Editorial published 03/16/2005 in the Washington Post

Cecil E. Roberts
International President, United Mine Workers of America

Last year more than 6,000 miners died in fires, floods and explosions in China's coal mines. That's a staggering average of 16 deaths per day. Sadly, this average was dwarfed on Valentine's Day, when 214 coal miners perished in a single violent explosion at the Sunjiawan mine in northeastern Liaoning province. It was China's worst coal mine disaster in several decades. The United Mine Workers of America (UMWA) mourns the tragic loss of these Chinese miners, and we join the world in calling on China to get serious about coal mine health and safety and stop this madness.

In developing nations such as China, India and Ukraine, the growing number of coal mine accidents -- and deaths -- constantly reminds the UMWA of why coal miners' health and safety must take priority over increased operator profits -- both here and abroad. The world's ever-increasing demand for cheap energy cannot be allowed to supersede the need for coal miners to have the best health and safety protections available.
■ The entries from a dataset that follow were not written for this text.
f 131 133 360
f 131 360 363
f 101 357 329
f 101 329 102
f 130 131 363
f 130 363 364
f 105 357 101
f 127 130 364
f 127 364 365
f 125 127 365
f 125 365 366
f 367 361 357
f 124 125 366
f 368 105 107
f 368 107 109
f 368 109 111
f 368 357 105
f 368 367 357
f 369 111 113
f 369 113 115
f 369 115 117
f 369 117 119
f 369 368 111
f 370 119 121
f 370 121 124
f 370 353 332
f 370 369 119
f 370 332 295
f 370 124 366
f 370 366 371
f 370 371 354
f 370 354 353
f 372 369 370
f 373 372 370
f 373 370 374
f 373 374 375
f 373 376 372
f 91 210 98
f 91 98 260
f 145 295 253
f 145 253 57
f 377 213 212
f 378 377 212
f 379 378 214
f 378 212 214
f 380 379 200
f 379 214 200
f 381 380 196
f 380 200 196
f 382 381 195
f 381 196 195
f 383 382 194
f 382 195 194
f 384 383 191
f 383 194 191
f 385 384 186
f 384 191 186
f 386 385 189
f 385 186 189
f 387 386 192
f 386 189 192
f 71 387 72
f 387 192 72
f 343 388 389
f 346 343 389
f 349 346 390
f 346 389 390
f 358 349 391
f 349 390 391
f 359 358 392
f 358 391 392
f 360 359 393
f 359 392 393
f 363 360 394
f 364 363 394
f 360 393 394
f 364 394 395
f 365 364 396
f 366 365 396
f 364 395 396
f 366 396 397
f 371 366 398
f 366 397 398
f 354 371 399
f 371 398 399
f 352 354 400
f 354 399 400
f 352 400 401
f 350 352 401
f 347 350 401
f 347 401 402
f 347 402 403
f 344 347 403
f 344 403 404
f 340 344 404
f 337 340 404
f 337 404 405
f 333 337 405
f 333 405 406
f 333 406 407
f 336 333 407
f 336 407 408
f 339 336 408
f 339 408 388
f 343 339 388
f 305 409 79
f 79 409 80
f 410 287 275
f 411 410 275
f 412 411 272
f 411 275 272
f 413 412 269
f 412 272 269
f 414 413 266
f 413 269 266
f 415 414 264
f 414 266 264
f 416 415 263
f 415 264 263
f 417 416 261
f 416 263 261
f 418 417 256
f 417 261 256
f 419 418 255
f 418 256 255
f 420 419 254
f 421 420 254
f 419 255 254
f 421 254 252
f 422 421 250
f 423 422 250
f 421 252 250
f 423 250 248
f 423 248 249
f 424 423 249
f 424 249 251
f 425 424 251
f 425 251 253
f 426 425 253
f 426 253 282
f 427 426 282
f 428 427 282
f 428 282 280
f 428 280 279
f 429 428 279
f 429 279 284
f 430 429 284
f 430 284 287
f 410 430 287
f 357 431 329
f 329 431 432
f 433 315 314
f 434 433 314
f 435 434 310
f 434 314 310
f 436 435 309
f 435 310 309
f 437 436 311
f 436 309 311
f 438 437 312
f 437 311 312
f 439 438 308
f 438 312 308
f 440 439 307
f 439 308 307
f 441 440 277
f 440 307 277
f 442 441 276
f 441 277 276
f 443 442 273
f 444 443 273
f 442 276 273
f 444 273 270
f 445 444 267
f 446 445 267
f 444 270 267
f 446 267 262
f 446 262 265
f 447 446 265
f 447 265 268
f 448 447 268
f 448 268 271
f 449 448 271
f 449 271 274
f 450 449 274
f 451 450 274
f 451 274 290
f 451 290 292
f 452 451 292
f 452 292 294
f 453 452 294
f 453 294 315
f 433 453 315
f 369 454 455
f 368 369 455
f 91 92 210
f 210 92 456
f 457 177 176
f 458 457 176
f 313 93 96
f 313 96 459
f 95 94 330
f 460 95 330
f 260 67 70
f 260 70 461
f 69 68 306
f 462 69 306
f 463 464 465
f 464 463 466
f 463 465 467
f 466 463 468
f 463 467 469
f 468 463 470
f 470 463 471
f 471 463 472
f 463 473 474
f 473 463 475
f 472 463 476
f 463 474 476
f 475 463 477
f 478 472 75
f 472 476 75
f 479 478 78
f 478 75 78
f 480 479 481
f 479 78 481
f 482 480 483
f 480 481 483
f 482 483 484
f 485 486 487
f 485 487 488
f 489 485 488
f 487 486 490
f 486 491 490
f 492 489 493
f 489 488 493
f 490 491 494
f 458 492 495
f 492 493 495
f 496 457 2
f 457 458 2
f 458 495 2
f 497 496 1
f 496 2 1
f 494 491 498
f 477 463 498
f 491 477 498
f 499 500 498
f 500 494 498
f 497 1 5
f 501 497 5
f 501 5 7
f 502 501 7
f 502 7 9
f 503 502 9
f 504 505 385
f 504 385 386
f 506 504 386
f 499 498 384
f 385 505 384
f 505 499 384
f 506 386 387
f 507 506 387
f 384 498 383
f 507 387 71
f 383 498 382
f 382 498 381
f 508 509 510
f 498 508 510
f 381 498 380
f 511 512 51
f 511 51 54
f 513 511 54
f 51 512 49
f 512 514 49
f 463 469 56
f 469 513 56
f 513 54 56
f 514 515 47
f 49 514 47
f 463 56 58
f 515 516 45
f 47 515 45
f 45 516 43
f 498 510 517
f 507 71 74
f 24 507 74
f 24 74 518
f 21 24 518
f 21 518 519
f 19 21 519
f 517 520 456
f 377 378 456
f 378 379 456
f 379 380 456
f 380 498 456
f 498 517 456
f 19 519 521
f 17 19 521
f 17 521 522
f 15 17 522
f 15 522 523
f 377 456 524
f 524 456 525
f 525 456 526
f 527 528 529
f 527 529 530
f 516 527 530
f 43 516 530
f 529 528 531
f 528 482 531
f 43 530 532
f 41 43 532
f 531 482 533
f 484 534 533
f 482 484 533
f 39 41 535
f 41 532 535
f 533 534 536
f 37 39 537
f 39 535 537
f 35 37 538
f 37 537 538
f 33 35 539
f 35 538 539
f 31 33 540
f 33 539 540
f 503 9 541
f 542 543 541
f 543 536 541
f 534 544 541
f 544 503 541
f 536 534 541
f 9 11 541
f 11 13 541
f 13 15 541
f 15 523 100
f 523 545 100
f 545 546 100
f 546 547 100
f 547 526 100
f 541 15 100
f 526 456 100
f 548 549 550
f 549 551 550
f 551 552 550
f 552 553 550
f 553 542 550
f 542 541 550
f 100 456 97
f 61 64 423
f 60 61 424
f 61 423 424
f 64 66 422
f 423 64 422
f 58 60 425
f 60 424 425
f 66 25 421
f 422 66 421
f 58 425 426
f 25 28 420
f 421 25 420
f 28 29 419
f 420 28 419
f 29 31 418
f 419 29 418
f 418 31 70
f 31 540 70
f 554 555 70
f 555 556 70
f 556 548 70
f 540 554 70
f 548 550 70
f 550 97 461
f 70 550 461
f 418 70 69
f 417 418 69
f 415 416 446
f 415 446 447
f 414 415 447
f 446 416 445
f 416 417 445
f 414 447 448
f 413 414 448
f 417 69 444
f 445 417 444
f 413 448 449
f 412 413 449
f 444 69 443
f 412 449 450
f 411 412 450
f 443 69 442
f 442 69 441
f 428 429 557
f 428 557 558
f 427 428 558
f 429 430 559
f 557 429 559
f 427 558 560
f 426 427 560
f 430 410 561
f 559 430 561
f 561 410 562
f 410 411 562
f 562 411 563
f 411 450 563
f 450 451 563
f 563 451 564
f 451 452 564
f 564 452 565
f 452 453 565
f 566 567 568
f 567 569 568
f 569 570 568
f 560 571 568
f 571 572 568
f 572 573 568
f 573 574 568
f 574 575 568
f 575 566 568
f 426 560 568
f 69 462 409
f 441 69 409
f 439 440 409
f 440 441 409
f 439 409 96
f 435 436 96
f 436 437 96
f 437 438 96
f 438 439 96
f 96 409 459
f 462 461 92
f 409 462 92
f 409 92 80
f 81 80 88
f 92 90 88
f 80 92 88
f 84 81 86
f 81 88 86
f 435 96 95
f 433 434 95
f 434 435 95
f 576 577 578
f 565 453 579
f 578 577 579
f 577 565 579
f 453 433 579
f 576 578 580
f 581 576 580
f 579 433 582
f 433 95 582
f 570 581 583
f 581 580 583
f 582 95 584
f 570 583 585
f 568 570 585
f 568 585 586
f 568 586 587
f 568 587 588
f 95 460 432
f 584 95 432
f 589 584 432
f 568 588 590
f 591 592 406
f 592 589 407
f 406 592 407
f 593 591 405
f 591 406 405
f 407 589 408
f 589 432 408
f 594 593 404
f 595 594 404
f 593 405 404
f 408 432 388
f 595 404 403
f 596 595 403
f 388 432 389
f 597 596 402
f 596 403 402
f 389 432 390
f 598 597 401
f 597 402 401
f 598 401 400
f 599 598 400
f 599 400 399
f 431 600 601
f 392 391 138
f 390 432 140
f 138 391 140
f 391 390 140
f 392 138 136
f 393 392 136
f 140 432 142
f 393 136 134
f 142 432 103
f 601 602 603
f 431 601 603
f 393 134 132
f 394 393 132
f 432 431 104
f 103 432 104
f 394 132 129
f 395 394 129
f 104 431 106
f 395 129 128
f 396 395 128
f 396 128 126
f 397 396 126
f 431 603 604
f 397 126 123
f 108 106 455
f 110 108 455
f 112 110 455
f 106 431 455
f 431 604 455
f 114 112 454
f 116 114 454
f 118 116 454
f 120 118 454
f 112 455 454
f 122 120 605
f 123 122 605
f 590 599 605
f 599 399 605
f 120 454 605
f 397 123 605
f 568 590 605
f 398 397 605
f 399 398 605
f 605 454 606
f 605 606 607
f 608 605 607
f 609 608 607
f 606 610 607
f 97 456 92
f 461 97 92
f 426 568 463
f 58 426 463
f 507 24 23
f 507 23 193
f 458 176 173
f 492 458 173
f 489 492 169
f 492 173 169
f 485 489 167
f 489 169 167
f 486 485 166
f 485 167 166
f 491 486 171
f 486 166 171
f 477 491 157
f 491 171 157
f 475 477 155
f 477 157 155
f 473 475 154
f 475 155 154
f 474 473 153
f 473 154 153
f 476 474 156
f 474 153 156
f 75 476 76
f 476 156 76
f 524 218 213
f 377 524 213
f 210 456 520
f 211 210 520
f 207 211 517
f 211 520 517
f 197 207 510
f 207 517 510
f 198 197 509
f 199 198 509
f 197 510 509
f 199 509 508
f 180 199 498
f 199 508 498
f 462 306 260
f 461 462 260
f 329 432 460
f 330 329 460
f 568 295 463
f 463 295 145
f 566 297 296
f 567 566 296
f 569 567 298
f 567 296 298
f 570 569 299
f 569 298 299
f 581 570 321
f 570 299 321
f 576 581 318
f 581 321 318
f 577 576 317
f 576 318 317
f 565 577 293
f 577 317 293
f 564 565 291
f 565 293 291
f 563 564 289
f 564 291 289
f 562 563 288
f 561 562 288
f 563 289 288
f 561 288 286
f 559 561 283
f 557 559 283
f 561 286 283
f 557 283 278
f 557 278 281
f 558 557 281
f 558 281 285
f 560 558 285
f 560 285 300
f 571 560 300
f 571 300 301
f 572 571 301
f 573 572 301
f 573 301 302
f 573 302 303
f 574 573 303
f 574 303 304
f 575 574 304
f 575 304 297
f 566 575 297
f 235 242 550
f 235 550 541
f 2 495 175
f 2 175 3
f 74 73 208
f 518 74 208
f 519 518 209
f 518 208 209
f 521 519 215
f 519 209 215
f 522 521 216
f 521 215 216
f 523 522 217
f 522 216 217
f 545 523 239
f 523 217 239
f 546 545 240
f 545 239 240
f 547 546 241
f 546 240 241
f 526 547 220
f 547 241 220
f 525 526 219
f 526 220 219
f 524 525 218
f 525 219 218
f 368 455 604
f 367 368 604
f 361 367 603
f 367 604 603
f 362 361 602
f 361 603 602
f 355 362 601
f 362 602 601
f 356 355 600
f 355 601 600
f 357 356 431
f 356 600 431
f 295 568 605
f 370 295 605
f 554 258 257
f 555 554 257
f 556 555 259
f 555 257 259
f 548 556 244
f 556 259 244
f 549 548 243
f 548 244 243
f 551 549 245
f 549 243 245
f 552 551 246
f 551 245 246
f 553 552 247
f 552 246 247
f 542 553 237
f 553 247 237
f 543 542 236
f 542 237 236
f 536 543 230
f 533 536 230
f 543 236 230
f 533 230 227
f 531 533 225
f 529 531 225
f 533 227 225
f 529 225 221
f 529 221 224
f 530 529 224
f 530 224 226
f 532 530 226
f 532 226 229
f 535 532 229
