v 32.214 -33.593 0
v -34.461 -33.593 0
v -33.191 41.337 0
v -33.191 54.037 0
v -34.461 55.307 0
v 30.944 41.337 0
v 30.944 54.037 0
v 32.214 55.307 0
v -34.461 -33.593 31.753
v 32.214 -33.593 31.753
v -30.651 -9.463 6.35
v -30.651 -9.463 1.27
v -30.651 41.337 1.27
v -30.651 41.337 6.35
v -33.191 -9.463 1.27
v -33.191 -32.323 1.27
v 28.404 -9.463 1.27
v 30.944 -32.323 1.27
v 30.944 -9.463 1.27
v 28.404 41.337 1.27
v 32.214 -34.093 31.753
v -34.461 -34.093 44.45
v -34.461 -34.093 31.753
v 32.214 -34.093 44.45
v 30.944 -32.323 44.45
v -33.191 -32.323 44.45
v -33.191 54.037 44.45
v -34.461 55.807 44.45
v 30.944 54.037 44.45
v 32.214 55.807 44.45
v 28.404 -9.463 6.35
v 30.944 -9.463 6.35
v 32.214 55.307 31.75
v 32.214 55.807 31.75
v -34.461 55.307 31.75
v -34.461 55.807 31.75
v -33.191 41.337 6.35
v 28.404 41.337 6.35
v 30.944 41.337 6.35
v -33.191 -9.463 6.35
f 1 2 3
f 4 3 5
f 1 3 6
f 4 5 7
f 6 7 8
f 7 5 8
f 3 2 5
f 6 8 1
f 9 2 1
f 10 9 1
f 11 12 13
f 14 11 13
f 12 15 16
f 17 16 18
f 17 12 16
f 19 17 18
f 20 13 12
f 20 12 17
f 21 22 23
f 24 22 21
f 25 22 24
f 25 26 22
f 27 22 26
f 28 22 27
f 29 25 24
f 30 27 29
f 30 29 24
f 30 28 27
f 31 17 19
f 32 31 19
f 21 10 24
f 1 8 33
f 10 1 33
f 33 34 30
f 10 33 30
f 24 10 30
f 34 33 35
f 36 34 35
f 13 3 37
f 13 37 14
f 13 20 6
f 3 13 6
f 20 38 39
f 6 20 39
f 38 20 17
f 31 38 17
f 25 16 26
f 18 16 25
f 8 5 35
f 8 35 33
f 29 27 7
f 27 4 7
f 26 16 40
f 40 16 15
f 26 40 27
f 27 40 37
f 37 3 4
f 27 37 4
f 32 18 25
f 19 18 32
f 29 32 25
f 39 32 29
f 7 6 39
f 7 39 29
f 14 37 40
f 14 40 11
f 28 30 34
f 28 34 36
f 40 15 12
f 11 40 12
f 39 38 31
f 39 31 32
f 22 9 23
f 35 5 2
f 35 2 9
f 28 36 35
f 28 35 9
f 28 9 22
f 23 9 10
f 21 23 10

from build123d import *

# Parameters (mm, degrees)
F0_W     = 66.675
F0_H     = 88.9
F1_DEPTH = 44.45
F2_T     = -1.27
F4_DEPTH = 5.08
F5_W     = 66.675
F5_H     = 12.7
F6_DEPTH = 0.5
F7_W     = 66.675
F7_H     = 12.6965791702
F8_DEPTH = 0.5
F9_DEPTH = 25.4


with BuildPart() as f1:
    # F0 (on Top) → F1 (new body)
    with BuildSketch(Plane.XY):
        with Locations((-1.1231470853, 10.8568438743)):
            Rectangle(F0_W, F0_H)
    extrude(amount=F1_DEPTH)

    # F2
    f2_openings = [f1.faces().sort_by_distance(p)[0] for p in [
        (-1.123147, 10.856844, 44.45),
    ]]
    offset(amount=F2_T, openings=f2_openings)

    # F3 (on face) → F4 (join)
    with BuildSketch(Plane.XY.offset(1.27)):
        Polygon((30.9443529147, 41.3368438743), (28.4043529147, 41.3368438743), (28.4043529147, -0.1921561257), (28.4043529147, -3.3671561257), (28.4043529147, -9.4631561257), (30.9443529147, -9.4631561257), align=None)
        Polygon((-30.6506470853, 41.3368438743), (-33.1906470853, 41.3368438743), (-33.1906470853, -9.4631561257), (-30.6506470853, -9.4631561257), (-30.6506470853, -3.3671561257), (-30.6506470853, -0.1921561257), align=None)
    extrude(amount=F4_DEPTH)

    # F5 (on face) → F6 (join)
    with BuildSketch(Plane(origin=(0, 55.3068438743, 0), x_dir=(-1, 0, 0), z_dir=(0, 1, 0))):
        with Locations((1.1231470853, 38.1)):
            Rectangle(F5_W, F5_H)
    extrude(amount=F6_DEPTH)

    # F7 (on face) → F8 (join)
    with BuildSketch(Plane.XZ.offset(33.5931561257)):
        with Locations((-1.1231470853, 38.1017104149)):
            Rectangle(F7_W, F7_H)
    extrude(amount=F8_DEPTH)

    # F3 (on face) → F9 (cut)
    with BuildSketch(Plane.XY.offset(1.27)):
        Polygon((-33.1906470853, 54.0368438743), (-33.1906470853, 41.3368438743), (-30.6506470853, 41.3368438743), (28.4043529147, 41.3368438743), (30.9443529147, 41.3368438743), (30.9443529147, 54.0368438743), align=None)
    extrude(amount=-F9_DEPTH, mode=Mode.SUBTRACT)


solid = f1.part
In the United States we have been fortunate that the number of coal mining deaths has declined steeply. In the early 20th century, the number of deaths in America's coal mining industry nearly equaled the numbers that some of these developing nations are experiencing today.

Things are much better now, and I attribute a large part of the nation's turnaround to the activism and diligence of UMWA members nationwide. They fought long and hard to win passage of the 1969 Coal Mine Safety and Health Act, and because of that legislation, coal mining deaths have declined significantly in the United States.

In 2003, a new generation of Chinese leaders publicly indicated their support for increased worker safety protections. The new leaders even enacted the country's first national safety laws. But judging by last year's 6,000-plus coal mining deaths -- and now the Valentine's Day explosion -- it is clear that China's leaders still have a very long way to go, particularly with respect to the nation's coal mining industry. What is also clear is that it is way past time for China's actions to start matching its rhetoric.

The UMWA calls on the Bush administration, Congress and world leaders to put far more pressure on China to begin implementing true health and safety protections for the country's coal miners and all its other workers. We believe the conditions many Chinese coal miners are forced to work under today may be worse than the conditions American coal miners endured from the late 1800s to the early-to-mid-1900s. That is an outrage, and it must be immediately rectified. Another way China should address the problem is to allow its workers to belong to legitimate, free trade unions.

Many pro-business and anti-worker forces continue to denounce organized labor's relentless pursuit to ensure that America's trade agreements include worker protections. What is happening in China's coal industry is a perfect example of why we will continue to do so. Workers' lives depend on it.